The man smiled as if this was a perfectly normal name for a grown-up. Bunny was the only person Holly knew who could carry off a child’s pet’s name and get away with it.

‘My father thought it was cute,’ was Bunny’s answer that first day, before Holly could even ask why she had such a weird name. ‘I’m actually Colleen but nobody ever called me that. Why Holly?’ she asked conversationally. ‘Are you a Christmas birthday person?’

‘July, actually,’ Holly replied. ‘My mother likes unusual names. My father wanted us all to have traditional names but my mother won. My eldest sister is Stella Verena, I’m Holly Genevieve and my middle sister is Tara Lucretia.’

‘After the Borgias, I hope? How cool,’ said Bunny. ‘Is Tara Lucretia a poisoner type of girl?’

Holly laughed. ‘The only person she’s ever likely to poison is our Aunt Adele. Tara writes scripts for National Hospital.’

‘Wow,’ said Bunny, impressed. ‘You see, that proves my dad’s point which is that people with unusual names end up doing out-of-the-ordinary things. Although I think he was hoping for more from me than the kids’ department of Lee’s.’

Holly soon discovered that, in typical Bunny fashion, this wasn’t strictly true.

Bunny had just finished an English degree and was taking a job to finance her year off round the world, when she planned to veg out in India before a stint working as an English language teacher in Japan.

Bunny was one of those people Holly felt utterly comfortable with, and they’d instantly become good friends.

Now Bunny waved off the grateful customer and turned to where Holly was studiously folding sweatshirts on a display. All it took was one person rifling through the clothes for an entire display to look hideously untidy. Miss Jackson, the department head, took a dim view of untidiness even in the war zone that was the pre-Christmas rush.

‘Do you mind if I take first coffee break?’ Bunny asked. One of the pitfalls of working in the same department was that Bunny and Holly couldn’t take their breaks together. There were four of them in children’s clothes and there had to be three members of staff on duty at all times.

‘Fine,’ said Holly, wishing she’d asked first.

‘I could kill for a fag.’ Bunny started rooting about in the under-till cupboard for her cigarettes and her cardigan. Lee’s was strictly non-smoking, so smokers congregated on the rooftop level of the store car park. ‘See you in fifteen minutes.’

Fifteen minutes more and Holly could pour herself a huge coffee. She closed her eyes and wished she could learn how to press the stop button when it came to red wine.

‘Are you feeling all right, Holly?’ inquired Miss Jackson, appearing from the baby wear department.

‘Fine, great,’ said Holly brightly. She smiled so broadly that her face felt as if it would crack.

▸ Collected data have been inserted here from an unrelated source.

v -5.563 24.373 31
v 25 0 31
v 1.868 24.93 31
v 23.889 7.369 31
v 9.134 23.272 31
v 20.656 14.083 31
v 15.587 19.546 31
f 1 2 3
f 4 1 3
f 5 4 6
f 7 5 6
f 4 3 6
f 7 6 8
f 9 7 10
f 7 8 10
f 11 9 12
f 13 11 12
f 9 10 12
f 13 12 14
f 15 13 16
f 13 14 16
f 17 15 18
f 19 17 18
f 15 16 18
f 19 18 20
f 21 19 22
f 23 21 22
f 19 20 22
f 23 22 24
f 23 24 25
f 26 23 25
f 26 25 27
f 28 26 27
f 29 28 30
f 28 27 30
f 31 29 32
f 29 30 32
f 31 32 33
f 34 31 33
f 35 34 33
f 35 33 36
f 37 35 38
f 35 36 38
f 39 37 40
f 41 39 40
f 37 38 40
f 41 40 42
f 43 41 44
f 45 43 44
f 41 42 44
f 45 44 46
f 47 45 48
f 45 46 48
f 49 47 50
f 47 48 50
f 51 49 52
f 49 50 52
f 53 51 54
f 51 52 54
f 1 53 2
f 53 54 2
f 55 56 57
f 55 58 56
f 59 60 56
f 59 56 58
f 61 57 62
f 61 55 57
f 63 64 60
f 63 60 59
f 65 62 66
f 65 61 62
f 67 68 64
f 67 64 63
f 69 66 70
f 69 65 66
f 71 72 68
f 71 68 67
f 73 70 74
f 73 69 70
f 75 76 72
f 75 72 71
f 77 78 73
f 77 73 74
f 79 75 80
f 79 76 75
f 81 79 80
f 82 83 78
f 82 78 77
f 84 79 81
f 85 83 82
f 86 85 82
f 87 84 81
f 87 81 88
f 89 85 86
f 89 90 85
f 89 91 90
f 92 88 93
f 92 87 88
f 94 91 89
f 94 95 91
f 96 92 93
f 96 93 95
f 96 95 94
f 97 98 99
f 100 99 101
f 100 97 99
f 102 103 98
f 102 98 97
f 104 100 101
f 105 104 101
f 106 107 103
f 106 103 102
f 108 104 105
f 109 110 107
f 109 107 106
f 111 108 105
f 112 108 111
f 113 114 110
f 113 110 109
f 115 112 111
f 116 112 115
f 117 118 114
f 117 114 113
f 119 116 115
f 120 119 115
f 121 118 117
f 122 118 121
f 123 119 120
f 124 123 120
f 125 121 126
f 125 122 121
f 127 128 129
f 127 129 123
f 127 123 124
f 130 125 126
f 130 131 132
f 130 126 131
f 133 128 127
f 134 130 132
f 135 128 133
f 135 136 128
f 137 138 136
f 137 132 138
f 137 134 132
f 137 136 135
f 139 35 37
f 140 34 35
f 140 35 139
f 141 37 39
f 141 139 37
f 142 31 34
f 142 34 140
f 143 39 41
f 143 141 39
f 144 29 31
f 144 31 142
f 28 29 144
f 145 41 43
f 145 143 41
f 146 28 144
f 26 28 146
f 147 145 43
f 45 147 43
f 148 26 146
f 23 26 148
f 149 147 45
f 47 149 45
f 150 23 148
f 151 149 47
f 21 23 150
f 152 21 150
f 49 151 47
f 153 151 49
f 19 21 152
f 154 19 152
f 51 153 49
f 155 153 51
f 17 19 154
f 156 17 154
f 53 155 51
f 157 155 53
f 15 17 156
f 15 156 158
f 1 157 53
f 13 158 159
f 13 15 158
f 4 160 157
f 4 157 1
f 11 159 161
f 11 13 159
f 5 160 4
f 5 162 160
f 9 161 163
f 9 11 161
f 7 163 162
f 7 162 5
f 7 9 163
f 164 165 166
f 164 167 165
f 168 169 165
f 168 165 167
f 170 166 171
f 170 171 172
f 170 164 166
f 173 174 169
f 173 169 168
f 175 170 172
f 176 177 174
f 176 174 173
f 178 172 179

Miss Jackson approved of Holly Miller. Diligent and polite to the customers, she was always scrupulously turned out, and never gave a moment’s bother, even if she was a little on the quiet side. But then Miss Jackson had seen Holly chatting away nineteen to the dozen with Bunny, so perhaps she was only quiet with management.

‘If you have a moment, perhaps we can sort out the fancy dress rails…’ Miss Jackson began.

‘Have you got this in age ten to eleven?’ inquired a woman, holding up a pair of boy’s trousers.